[[ LISTED ENTRIES, beginning ]]

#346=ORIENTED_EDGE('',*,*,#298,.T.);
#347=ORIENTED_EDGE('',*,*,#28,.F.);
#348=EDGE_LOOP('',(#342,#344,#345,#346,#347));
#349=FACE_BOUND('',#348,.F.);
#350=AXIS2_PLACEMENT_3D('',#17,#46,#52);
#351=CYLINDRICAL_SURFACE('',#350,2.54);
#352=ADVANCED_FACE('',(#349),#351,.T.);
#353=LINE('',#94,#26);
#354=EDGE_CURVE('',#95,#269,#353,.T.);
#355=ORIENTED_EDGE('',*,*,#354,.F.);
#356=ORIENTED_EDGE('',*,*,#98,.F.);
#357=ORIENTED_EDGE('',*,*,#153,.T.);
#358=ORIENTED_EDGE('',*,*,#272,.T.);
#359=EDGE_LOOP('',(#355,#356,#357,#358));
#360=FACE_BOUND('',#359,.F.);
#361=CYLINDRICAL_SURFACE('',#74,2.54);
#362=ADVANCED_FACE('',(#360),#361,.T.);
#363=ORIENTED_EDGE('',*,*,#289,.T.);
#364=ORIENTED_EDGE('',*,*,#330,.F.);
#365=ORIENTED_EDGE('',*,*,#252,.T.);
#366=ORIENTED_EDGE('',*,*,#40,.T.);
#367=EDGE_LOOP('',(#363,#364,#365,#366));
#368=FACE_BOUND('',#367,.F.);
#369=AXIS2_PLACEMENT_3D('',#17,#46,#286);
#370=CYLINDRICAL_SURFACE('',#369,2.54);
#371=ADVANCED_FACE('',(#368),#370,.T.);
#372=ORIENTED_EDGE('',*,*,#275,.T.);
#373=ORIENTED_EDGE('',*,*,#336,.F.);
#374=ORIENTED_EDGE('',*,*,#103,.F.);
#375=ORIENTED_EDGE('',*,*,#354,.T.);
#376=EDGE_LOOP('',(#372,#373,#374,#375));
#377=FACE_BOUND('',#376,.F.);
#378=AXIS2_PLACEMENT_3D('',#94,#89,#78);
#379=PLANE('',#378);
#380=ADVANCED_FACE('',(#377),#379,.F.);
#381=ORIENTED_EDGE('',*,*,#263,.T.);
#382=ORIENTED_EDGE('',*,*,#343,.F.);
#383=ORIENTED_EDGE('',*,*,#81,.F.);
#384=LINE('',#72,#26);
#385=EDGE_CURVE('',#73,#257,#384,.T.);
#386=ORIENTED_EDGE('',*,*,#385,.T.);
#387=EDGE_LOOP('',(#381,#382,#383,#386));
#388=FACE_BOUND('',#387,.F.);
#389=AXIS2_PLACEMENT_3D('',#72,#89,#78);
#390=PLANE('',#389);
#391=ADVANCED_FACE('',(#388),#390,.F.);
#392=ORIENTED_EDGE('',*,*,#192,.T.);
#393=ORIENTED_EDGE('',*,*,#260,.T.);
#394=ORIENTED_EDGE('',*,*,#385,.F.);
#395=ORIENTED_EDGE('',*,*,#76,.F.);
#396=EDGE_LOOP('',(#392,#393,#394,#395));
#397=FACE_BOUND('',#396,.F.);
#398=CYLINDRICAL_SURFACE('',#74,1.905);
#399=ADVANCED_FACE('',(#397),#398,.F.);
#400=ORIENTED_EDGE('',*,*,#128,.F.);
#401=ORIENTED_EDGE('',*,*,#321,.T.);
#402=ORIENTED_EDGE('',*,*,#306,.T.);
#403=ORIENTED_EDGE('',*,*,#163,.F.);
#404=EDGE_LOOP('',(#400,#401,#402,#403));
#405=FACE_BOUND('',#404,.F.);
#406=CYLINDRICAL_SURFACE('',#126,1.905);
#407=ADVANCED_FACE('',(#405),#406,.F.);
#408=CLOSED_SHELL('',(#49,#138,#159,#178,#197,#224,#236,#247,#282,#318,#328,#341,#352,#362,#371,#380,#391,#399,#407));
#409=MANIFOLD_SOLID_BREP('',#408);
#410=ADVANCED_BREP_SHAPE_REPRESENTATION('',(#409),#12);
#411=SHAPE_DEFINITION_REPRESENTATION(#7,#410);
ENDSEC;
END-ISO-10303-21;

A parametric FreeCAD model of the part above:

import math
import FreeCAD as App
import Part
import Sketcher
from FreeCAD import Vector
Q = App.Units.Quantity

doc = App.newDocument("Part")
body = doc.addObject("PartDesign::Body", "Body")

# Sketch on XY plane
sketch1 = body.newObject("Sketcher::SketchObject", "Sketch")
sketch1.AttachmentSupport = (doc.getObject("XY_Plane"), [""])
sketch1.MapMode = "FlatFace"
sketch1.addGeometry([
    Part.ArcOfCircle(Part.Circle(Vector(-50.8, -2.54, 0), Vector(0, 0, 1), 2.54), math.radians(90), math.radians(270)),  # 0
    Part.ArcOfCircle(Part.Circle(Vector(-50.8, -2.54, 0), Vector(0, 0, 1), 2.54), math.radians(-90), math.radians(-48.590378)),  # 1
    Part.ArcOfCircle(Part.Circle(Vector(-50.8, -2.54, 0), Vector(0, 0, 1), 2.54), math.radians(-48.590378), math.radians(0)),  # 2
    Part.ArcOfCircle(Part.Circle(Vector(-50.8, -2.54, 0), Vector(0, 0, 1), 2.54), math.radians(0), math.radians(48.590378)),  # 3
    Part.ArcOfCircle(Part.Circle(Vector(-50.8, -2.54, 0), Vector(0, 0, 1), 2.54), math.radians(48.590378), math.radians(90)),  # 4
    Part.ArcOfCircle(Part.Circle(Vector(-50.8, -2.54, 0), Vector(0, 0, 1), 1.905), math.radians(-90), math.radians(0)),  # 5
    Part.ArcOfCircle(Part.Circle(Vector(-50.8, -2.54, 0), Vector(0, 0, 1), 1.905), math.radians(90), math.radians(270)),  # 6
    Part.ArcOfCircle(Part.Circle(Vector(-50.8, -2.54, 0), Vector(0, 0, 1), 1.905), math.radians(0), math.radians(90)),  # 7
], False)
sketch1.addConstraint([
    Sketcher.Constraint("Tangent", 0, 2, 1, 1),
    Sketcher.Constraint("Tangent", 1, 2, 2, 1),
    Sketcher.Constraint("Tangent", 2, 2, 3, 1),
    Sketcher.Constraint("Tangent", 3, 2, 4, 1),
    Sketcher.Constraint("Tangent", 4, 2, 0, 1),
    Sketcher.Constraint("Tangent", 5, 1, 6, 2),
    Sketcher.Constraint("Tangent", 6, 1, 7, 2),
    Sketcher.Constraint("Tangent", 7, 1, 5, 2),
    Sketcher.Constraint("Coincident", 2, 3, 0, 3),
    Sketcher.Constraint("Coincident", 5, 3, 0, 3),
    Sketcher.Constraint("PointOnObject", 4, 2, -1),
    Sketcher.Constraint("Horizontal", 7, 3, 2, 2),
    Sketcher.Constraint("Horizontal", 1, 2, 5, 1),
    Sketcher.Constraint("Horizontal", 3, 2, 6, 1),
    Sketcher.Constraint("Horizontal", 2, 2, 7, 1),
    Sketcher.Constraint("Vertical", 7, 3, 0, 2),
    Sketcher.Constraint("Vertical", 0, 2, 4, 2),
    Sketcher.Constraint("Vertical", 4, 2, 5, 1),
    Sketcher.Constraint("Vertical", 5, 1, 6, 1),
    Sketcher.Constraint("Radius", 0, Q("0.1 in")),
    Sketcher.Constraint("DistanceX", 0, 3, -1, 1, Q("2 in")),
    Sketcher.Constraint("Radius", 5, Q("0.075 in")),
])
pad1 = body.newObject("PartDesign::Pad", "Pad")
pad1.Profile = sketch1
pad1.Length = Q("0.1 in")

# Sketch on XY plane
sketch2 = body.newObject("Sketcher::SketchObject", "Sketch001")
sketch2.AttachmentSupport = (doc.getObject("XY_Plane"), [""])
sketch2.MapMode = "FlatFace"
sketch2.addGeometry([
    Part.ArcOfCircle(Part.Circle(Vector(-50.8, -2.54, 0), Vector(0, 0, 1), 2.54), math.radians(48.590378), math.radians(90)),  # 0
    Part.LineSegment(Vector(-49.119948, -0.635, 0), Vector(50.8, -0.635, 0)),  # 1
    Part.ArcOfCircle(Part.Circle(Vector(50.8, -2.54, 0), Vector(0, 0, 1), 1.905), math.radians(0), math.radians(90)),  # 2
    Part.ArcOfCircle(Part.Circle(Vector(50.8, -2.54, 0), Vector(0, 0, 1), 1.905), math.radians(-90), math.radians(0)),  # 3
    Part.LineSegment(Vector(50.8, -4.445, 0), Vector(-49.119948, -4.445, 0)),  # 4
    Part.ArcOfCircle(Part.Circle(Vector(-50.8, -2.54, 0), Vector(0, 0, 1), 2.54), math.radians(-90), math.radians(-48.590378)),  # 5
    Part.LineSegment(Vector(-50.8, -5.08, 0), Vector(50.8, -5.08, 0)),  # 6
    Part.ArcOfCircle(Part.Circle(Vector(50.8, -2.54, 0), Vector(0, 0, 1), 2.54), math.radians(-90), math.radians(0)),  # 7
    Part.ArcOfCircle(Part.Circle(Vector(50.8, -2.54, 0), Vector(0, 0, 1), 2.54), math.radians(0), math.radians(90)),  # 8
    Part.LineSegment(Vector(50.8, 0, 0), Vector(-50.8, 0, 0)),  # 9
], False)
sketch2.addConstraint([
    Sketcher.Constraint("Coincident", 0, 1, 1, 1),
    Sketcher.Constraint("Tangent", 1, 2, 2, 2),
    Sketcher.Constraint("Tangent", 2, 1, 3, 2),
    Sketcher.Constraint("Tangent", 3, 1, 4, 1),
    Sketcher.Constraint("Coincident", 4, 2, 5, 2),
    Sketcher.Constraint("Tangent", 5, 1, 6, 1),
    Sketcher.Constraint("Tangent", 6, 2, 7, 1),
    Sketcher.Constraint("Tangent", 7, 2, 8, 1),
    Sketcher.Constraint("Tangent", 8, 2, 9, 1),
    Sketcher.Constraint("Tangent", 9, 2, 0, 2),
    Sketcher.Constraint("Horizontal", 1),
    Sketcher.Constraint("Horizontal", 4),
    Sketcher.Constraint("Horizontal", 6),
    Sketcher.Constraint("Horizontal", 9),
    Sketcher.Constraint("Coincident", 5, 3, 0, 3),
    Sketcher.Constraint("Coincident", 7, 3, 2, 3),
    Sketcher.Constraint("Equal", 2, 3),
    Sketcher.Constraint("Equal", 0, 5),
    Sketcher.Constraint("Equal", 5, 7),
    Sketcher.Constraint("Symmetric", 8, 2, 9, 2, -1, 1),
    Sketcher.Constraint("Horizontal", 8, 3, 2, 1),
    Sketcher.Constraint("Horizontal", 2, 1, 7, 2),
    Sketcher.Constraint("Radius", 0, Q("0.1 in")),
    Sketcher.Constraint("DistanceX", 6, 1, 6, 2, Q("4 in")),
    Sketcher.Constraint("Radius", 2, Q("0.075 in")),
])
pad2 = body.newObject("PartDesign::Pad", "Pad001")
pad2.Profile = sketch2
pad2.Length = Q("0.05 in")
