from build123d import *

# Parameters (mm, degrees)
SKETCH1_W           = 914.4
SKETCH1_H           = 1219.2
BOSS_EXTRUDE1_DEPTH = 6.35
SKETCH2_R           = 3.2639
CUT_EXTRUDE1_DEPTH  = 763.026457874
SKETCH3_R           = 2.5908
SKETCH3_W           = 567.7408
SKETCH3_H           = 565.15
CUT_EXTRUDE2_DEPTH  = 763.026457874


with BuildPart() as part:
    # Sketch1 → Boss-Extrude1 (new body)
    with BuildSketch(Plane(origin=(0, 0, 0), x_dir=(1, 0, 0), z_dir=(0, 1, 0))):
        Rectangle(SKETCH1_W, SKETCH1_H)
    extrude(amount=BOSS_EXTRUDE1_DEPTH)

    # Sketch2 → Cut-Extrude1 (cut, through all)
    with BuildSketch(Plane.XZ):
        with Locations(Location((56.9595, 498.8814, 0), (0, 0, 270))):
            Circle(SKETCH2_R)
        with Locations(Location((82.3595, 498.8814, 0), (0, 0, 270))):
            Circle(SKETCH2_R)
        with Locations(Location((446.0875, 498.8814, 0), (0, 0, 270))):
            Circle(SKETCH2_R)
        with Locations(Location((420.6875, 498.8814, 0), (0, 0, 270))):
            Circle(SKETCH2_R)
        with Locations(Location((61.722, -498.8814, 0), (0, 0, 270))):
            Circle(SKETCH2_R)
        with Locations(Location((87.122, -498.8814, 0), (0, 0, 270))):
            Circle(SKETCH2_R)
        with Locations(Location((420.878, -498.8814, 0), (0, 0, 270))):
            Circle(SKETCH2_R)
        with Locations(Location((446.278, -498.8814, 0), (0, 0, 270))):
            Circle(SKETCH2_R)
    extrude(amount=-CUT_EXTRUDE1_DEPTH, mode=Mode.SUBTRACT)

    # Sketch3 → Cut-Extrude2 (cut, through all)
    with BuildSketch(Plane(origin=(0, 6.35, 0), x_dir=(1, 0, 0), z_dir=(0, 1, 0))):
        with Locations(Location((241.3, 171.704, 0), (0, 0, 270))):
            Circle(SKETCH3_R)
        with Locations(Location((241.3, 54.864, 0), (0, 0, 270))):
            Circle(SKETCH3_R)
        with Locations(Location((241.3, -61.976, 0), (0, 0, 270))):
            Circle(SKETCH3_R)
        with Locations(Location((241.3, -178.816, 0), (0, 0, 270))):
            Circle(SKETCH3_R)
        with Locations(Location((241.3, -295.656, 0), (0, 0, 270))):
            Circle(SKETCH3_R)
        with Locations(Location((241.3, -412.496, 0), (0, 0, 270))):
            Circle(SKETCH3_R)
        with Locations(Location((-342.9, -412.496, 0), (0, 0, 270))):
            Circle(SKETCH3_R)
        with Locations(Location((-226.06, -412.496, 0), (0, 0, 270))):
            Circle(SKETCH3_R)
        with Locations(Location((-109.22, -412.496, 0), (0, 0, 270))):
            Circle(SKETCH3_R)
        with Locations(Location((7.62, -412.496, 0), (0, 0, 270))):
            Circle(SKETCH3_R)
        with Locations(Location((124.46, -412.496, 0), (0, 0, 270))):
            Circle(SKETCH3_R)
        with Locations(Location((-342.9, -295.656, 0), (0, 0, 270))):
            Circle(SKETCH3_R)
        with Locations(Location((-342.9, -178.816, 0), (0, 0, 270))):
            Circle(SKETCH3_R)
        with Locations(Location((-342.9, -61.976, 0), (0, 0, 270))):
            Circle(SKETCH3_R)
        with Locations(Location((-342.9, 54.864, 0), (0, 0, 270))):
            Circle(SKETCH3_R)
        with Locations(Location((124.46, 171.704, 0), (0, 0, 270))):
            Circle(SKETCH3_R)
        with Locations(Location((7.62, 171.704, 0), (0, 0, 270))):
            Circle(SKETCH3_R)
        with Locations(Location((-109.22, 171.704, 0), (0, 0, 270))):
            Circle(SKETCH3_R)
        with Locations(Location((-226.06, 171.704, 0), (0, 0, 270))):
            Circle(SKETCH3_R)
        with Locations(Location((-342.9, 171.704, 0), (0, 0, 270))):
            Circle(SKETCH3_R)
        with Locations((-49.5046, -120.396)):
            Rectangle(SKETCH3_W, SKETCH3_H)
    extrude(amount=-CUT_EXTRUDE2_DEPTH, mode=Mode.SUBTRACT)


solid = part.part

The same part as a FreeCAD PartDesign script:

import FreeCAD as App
import Part
import Sketcher
Q = App.Units.Quantity

doc = App.newDocument("Part")
params = doc.addObject("Spreadsheet::Sheet", "Params")
for row, (alias, value) in enumerate([
    ("sketch1_width", "36 in"),
    ("sketch1_height", "48 in"),
    ("pad1_length", "0.25 in"),
    ("sketch2_diameter", "0.257 in"),
    ("sketch3_diameter", "0.204 in"),
    ("sketch3_height", "22.25 in"),
    ("sketch3_width", "22.352 in"),
], start=1):
    params.set(f"A{row}", alias)
    params.set(f"B{row}", "=" + value)
    params.setAlias(f"B{row}", alias)

body = doc.addObject("PartDesign::Body", "Body")

# Sketch on XZ plane
sketch1 = body.newObject("Sketcher::SketchObject", "Sketch")
sketch1.AttachmentSupport = (doc.getObject("XZ_Plane"), [""])
sketch1.MapMode = "FlatFace"
sketch1.addGeometry([
    Part.LineSegment(App.Vector(-457, -610, 0), App.Vector(-457, 610, 0)),
    Part.LineSegment(App.Vector(-457, 610, 0), App.Vector(457, 610, 0)),
    Part.LineSegment(App.Vector(457, 610, 0), App.Vector(457, -610, 0)),
    Part.LineSegment(App.Vector(457, -610, 0), App.Vector(-457, -610, 0)),
], False)
sketch1.addConstraint([
    Sketcher.Constraint("Coincident", 0, 2, 1, 1),
    Sketcher.Constraint("Coincident", 1, 2, 2, 1),
    Sketcher.Constraint("Coincident", 2, 2, 3, 1),
    Sketcher.Constraint("Coincident", 3, 2, 0, 1),
    Sketcher.Constraint("Vertical", 0),
    Sketcher.Constraint("Horizontal", 1),
    Sketcher.Constraint("Vertical", 2),
    Sketcher.Constraint("Horizontal", 3),
    Sketcher.Constraint("Symmetric", 0, 2, 2, 2, -1, 1),
    Sketcher.Constraint("DistanceX", 1, 1, 1, 2, Q("36 in")),
    Sketcher.Constraint("DistanceY", 0, 1, 0, 2, Q("48 in")),
])
sketch1.setExpression("Constraints[9]", "Params.sketch1_width")
sketch1.setExpression("Constraints[10]", "Params.sketch1_height")
pad1 = body.newObject("PartDesign::Pad", "Pad")
pad1.Profile = sketch1
pad1.setExpression("Length", "Params.pad1_length")
pad1.Reversed = True

# Sketch on XZ plane
sketch2 = body.newObject("Sketcher::SketchObject", "Sketch001")
sketch2.AttachmentSupport = (doc.getObject("XZ_Plane"), [""])
sketch2.MapMode = "FlatFace"
sketch2.addGeometry([
    Part.Circle(App.Vector(57, 498.9, 0), App.Vector(0, 0, 1), 3.3),  # 0
    Part.Circle(App.Vector(82.4, 498.9, 0), App.Vector(0, 0, 1), 3.3),  # 1
    Part.Circle(App.Vector(446.1, 498.9, 0), App.Vector(0, 0, 1), 3.3),  # 2
    Part.Circle(App.Vector(420.7, 498.9, 0), App.Vector(0, 0, 1), 3.3),  # 3
    Part.Circle(App.Vector(61.7, -498.9, 0), App.Vector(0, 0, 1), 3.3),  # 4
    Part.Circle(App.Vector(87.1, -498.9, 0), App.Vector(0, 0, 1), 3.3),  # 5
    Part.Circle(App.Vector(420.9, -498.9, 0), App.Vector(0, 0, 1), 3.3),  # 6
    Part.Circle(App.Vector(446.3, -498.9, 0), App.Vector(0, 0, 1), 3.3),  # 7
], False)
sketch2.addConstraint([
    Sketcher.Constraint("Equal", 0, 1),
    Sketcher.Constraint("Equal", 1, 2),
    Sketcher.Constraint("Equal", 2, 3),
    Sketcher.Constraint("Equal", 3, 4),
    Sketcher.Constraint("Equal", 4, 5),
    Sketcher.Constraint("Equal", 5, 6),
    Sketcher.Constraint("Equal", 6, 7),
    Sketcher.Constraint("Horizontal", 0, 3, 1, 3),
    Sketcher.Constraint("Horizontal", 1, 3, 2, 3),
    Sketcher.Constraint("Horizontal", 2, 3, 3, 3),
    Sketcher.Constraint("Horizontal", 4, 3, 5, 3),
    Sketcher.Constraint("Horizontal", 5, 3, 6, 3),
    Sketcher.Constraint("Horizontal", 6, 3, 7, 3),
    Sketcher.Constraint("Diameter", 0, Q("0.257 in")),
    Sketcher.Constraint("DistanceX", 0, 3, 1, 3, Q("1 in")),
    Sketcher.Constraint("DistanceX", 3, 3, 2, 3, Q("1 in")),
    Sketcher.Constraint("DistanceX", 4, 3, 5, 3, Q("1 in")),
    Sketcher.Constraint("DistanceX", 6, 3, 7, 3, Q("1 in")),
    Sketcher.Constraint("DistanceX", -1, 1, 4, 3, Q("2.43 in")),
    Sketcher.Constraint("DistanceX", -1, 1, 6, 3, Q("16.57 in")),
    Sketcher.Constraint("DistanceX", 1, 3, 2, 3, Q("14.32 in")),
    Sketcher.Constraint("DistanceY", -1, 1, 0, 3, Q("19.641 in")),
    Sketcher.Constraint("DistanceX", -1, 1, 2, 3, Q("17.5625 in")),
    Sketcher.Constraint("DistanceY", 4, 3, -1, 1, Q("19.641 in")),
])
sketch2.setExpression("Constraints[13]", "Params.sketch2_diameter")
pocket1 = body.newObject("PartDesign::Pocket", "Pocket")
pocket1.Profile = sketch2
pocket1.Type = "ThroughAll"

# Sketch on XZ plane
sketch3 = body.newObject("Sketcher::SketchObject", "Sketch002")
sketch3.AttachmentSupport = (doc.getObject("XZ_Plane"), [""])
sketch3.MapMode = "FlatFace"
sketch3.AttachmentOffset = App.Placement(App.Vector(0, 0, -0.25 * 25.4), App.Rotation())
sketch3.addGeometry([
    Part.Circle(App.Vector(241.3, -171.7, 0), App.Vector(0, 0, 1), 2.6),  # 0
    Part.Circle(App.Vector(241.3, -54.9, 0), App.Vector(0, 0, 1), 2.6),  # 1
    Part.Circle(App.Vector(241.3, 62, 0), App.Vector(0, 0, 1), 2.6),  # 2
    Part.Circle(App.Vector(241.3, 178.8, 0), App.Vector(0, 0, 1), 2.6),  # 3
    Part.Circle(App.Vector(241.3, 295.7, 0), App.Vector(0, 0, 1), 2.6),  # 4
    Part.Circle(App.Vector(241.3, 412.5, 0), App.Vector(0, 0, 1), 2.6),  # 5
    Part.Circle(App.Vector(-342.9, 412.5, 0), App.Vector(0, 0, 1), 2.6),  # 6
    Part.Circle(App.Vector(-226.1, 412.5, 0), App.Vector(0, 0, 1), 2.6),  # 7
    Part.Circle(App.Vector(-109.2, 412.5, 0), App.Vector(0, 0, 1), 2.6),  # 8
    Part.Circle(App.Vector(7.6, 412.5, 0), App.Vector(0, 0, 1), 2.6),  # 9
    Part.Circle(App.Vector(124.5, 412.5, 0), App.Vector(0, 0, 1), 2.6),  # 10
    Part.Circle(App.Vector(-342.9, 295.7, 0), App.Vector(0, 0, 1), 2.6),  # 11
    Part.Circle(App.Vector(-342.9, 178.8, 0), App.Vector(0, 0, 1), 2.6),  # 12
    Part.Circle(App.Vector(-342.9, 62, 0), App.Vector(0, 0, 1), 2.6),  # 13
    Part.Circle(App.Vector(-342.9, -54.9, 0), App.Vector(0, 0, 1), 2.6),  # 14
    Part.Circle(App.Vector(124.5, -171.7, 0), App.Vector(0, 0, 1), 2.6),  # 15
    Part.Circle(App.Vector(7.6, -171.7, 0), App.Vector(0, 0, 1), 2.6),  # 16
    Part.Circle(App.Vector(-109.2, -171.7, 0), App.Vector(0, 0, 1), 2.6),  # 17
    Part.Circle(App.Vector(-226.1, -171.7, 0), App.Vector(0, 0, 1), 2.6),  # 18
    Part.Circle(App.Vector(-342.9, -171.7, 0), App.Vector(0, 0, 1), 2.6),  # 19
    Part.LineSegment(App.Vector(-333.4, -162.2, 0), App.Vector(-333.4, 403, 0)),  # 20
    Part.LineSegment(App.Vector(-333.4, 403, 0), App.Vector(234.4, 403, 0)),  # 21
    Part.LineSegment(App.Vector(234.4, 403, 0), App.Vector(234.4, -162.2, 0)),  # 22
    Part.LineSegment(App.Vector(234.4, -162.2, 0), App.Vector(-333.4, -162.2, 0)),  # 23
], False)
sketch3.addConstraint([
    Sketcher.Constraint("Coincident", 20, 2, 21, 1),
    Sketcher.Constraint("Coincident", 21, 2, 22, 1),
    Sketcher.Constraint("Coincident", 22, 2, 23, 1),
    Sketcher.Constraint("Coincident", 23, 2, 20, 1),
    Sketcher.Constraint("Vertical", 20),
    Sketcher.Constraint("Horizontal", 21),
    Sketcher.Constraint("Vertical", 22),
    Sketcher.Constraint("Horizontal", 23),
    Sketcher.Constraint("Equal", 0, 1),
    Sketcher.Constraint("Equal", 1, 2),
    Sketcher.Constraint("Equal", 2, 3),
    Sketcher.Constraint("Equal", 3, 4),
    Sketcher.Constraint("Equal", 4, 5),
    Sketcher.Constraint("Equal", 5, 6),
    Sketcher.Constraint("Equal", 6, 7),
    Sketcher.Constraint("Equal", 7, 8),
    Sketcher.Constraint("Equal", 8, 9),
    Sketcher.Constraint("Equal", 9, 10),
    Sketcher.Constraint("Equal", 10, 11),
    Sketcher.Constraint("Equal", 11, 12),
    Sketcher.Constraint("Equal", 12, 13),
    Sketcher.Constraint("Equal", 13, 14),
    Sketcher.Constraint("Equal", 14, 15),
    Sketcher.Constraint("Equal", 15, 16),
    Sketcher.Constraint("Equal", 16, 17),
    Sketcher.Constraint("Equal", 17, 18),
    Sketcher.Constraint("Equal", 18, 19),
    Sketcher.Constraint("Horizontal", 5, 3, 6, 3),
    Sketcher.Constraint("Horizontal", 6, 3, 7, 3),
    Sketcher.Constraint("Horizontal", 7, 3, 8, 3),
    Sketcher.Constraint("Horizontal", 8, 3, 9, 3),
    Sketcher.Constraint("Horizontal", 9, 3, 10, 3),
    Sketcher.Constraint("Horizontal", 4, 3, 11, 3),
    Sketcher.Constraint("Horizontal", 3, 3, 12, 3),
    Sketcher.Constraint("Horizontal", 2, 3, 13, 3),
    Sketcher.Constraint("Horizontal", 1, 3, 14, 3),
    Sketcher.Constraint("Horizontal", 0, 3, 15, 3),
    Sketcher.Constraint("Horizontal", 15, 3, 16, 3),
    Sketcher.Constraint("Horizontal", 16, 3, 17, 3),
    Sketcher.Constraint("Horizontal", 17, 3, 18, 3),
    Sketcher.Constraint("Horizontal", 18, 3, 19, 3),
    Sketcher.Constraint("Vertical", 0, 3, 1, 3),
    Sketcher.Constraint("Vertical", 1, 3, 2, 3),
    Sketcher.Constraint("Vertical", 2, 3, 3, 3),
    Sketcher.Constraint("Vertical", 3, 3, 4, 3),
    Sketcher.Constraint("Vertical", 4, 3, 5, 3),
    Sketcher.Constraint("Vertical", 6, 3, 11, 3),
    Sketcher.Constraint("Vertical", 11, 3, 12, 3),
    Sketcher.Constraint("Vertical", 12, 3, 13, 3),
    Sketcher.Constraint("Vertical", 13, 3, 14, 3),
    Sketcher.Constraint("Vertical", 10, 3, 15, 3),
    Sketcher.Constraint("Vertical", 9, 3, 16, 3),
    Sketcher.Constraint("Vertical", 8, 3, 17, 3),
    Sketcher.Constraint("Vertical", 7, 3, 18, 3),
    Sketcher.Constraint("Vertical", 14, 3, 19, 3),
    Sketcher.Constraint("Diameter", 0, Q("0.204 in")),
    Sketcher.Constraint("DistanceY", 0, 3, 5, 3, Q("23 in")),
    Sketcher.Constraint("DistanceX", 6, 3, 5, 3, Q("23 in")),
    Sketcher.Constraint("DistanceY", 20, 1, 20, 2, Q("22.25 in")),
    Sketcher.Constraint("DistanceX", -1, 1, 0, 3, Q("9.5 in")),
    Sketcher.Constraint("DistanceX", 7, 3, -1, 1, Q("8.9 in")),
    Sketcher.Constraint("DistanceX", 8, 3, -1, 1, Q("4.3 in")),
    Sketcher.Constraint("DistanceX", -1, 1, 9, 3, Q("0.3 in")),
    Sketcher.Constraint("DistanceX", -1, 1, 10, 3, Q("4.9 in")),
    Sketcher.Constraint("DistanceY", 0, 3, 1, 3, Q("4.6 in")),
    Sketcher.Constraint("DistanceY", 1, 3, 2, 3, Q("4.6 in")),
    Sketcher.Constraint("DistanceY", 2, 3, 3, 3, Q("4.6 in")),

[[ LISTED ENTRIES, end ]]

TASK DIRECTIONS: Extract exactly the leading lines of the data, stopping at and including the line with "#395=ORIENTED_EDGE('',*,*,#76,.F.);".

EXERCISE SOLUTION:
#346=ORIENTED_EDGE('',*,*,#298,.T.);
#347=ORIENTED_EDGE('',*,*,#28,.F.);
#348=EDGE_LOOP('',(#342,#344,#345,#346,#347));
#349=FACE_BOUND('',#348,.F.);
#350=AXIS2_PLACEMENT_3D('',#17,#46,#52);
#351=CYLINDRICAL_SURFACE('',#350,2.54);
#352=ADVANCED_FACE('',(#349),#351,.T.);
#353=LINE('',#94,#26);
#354=EDGE_CURVE('',#95,#269,#353,.T.);
#355=ORIENTED_EDGE('',*,*,#354,.F.);
#356=ORIENTED_EDGE('',*,*,#98,.F.);
#357=ORIENTED_EDGE('',*,*,#153,.T.);
#358=ORIENTED_EDGE('',*,*,#272,.T.);
#359=EDGE_LOOP('',(#355,#356,#357,#358));
#360=FACE_BOUND('',#359,.F.);
#361=CYLINDRICAL_SURFACE('',#74,2.54);
#362=ADVANCED_FACE('',(#360),#361,.T.);
#363=ORIENTED_EDGE('',*,*,#289,.T.);
#364=ORIENTED_EDGE('',*,*,#330,.F.);
#365=ORIENTED_EDGE('',*,*,#252,.T.);
#366=ORIENTED_EDGE('',*,*,#40,.T.);
#367=EDGE_LOOP('',(#363,#364,#365,#366));
#368=FACE_BOUND('',#367,.F.);
#369=AXIS2_PLACEMENT_3D('',#17,#46,#286);
#370=CYLINDRICAL_SURFACE('',#369,2.54);
#371=ADVANCED_FACE('',(#368),#370,.T.);
#372=ORIENTED_EDGE('',*,*,#275,.T.);
#373=ORIENTED_EDGE('',*,*,#336,.F.);
#374=ORIENTED_EDGE('',*,*,#103,.F.);
#375=ORIENTED_EDGE('',*,*,#354,.T.);
#376=EDGE_LOOP('',(#372,#373,#374,#375));
#377=FACE_BOUND('',#376,.F.);
#378=AXIS2_PLACEMENT_3D('',#94,#89,#78);
#379=PLANE('',#378);
#380=ADVANCED_FACE('',(#377),#379,.F.);
#381=ORIENTED_EDGE('',*,*,#263,.T.);
#382=ORIENTED_EDGE('',*,*,#343,.F.);
#383=ORIENTED_EDGE('',*,*,#81,.F.);
#384=LINE('',#72,#26);
#385=EDGE_CURVE('',#73,#257,#384,.T.);
#386=ORIENTED_EDGE('',*,*,#385,.T.);
#387=EDGE_LOOP('',(#381,#382,#383,#386));
#388=FACE_BOUND('',#387,.F.);
#389=AXIS2_PLACEMENT_3D('',#72,#89,#78);
#390=PLANE('',#389);
#391=ADVANCED_FACE('',(#388),#390,.F.);
#392=ORIENTED_EDGE('',*,*,#192,.T.);
#393=ORIENTED_EDGE('',*,*,#260,.T.);
#394=ORIENTED_EDGE('',*,*,#385,.F.);
#395=ORIENTED_EDGE('',*,*,#76,.F.);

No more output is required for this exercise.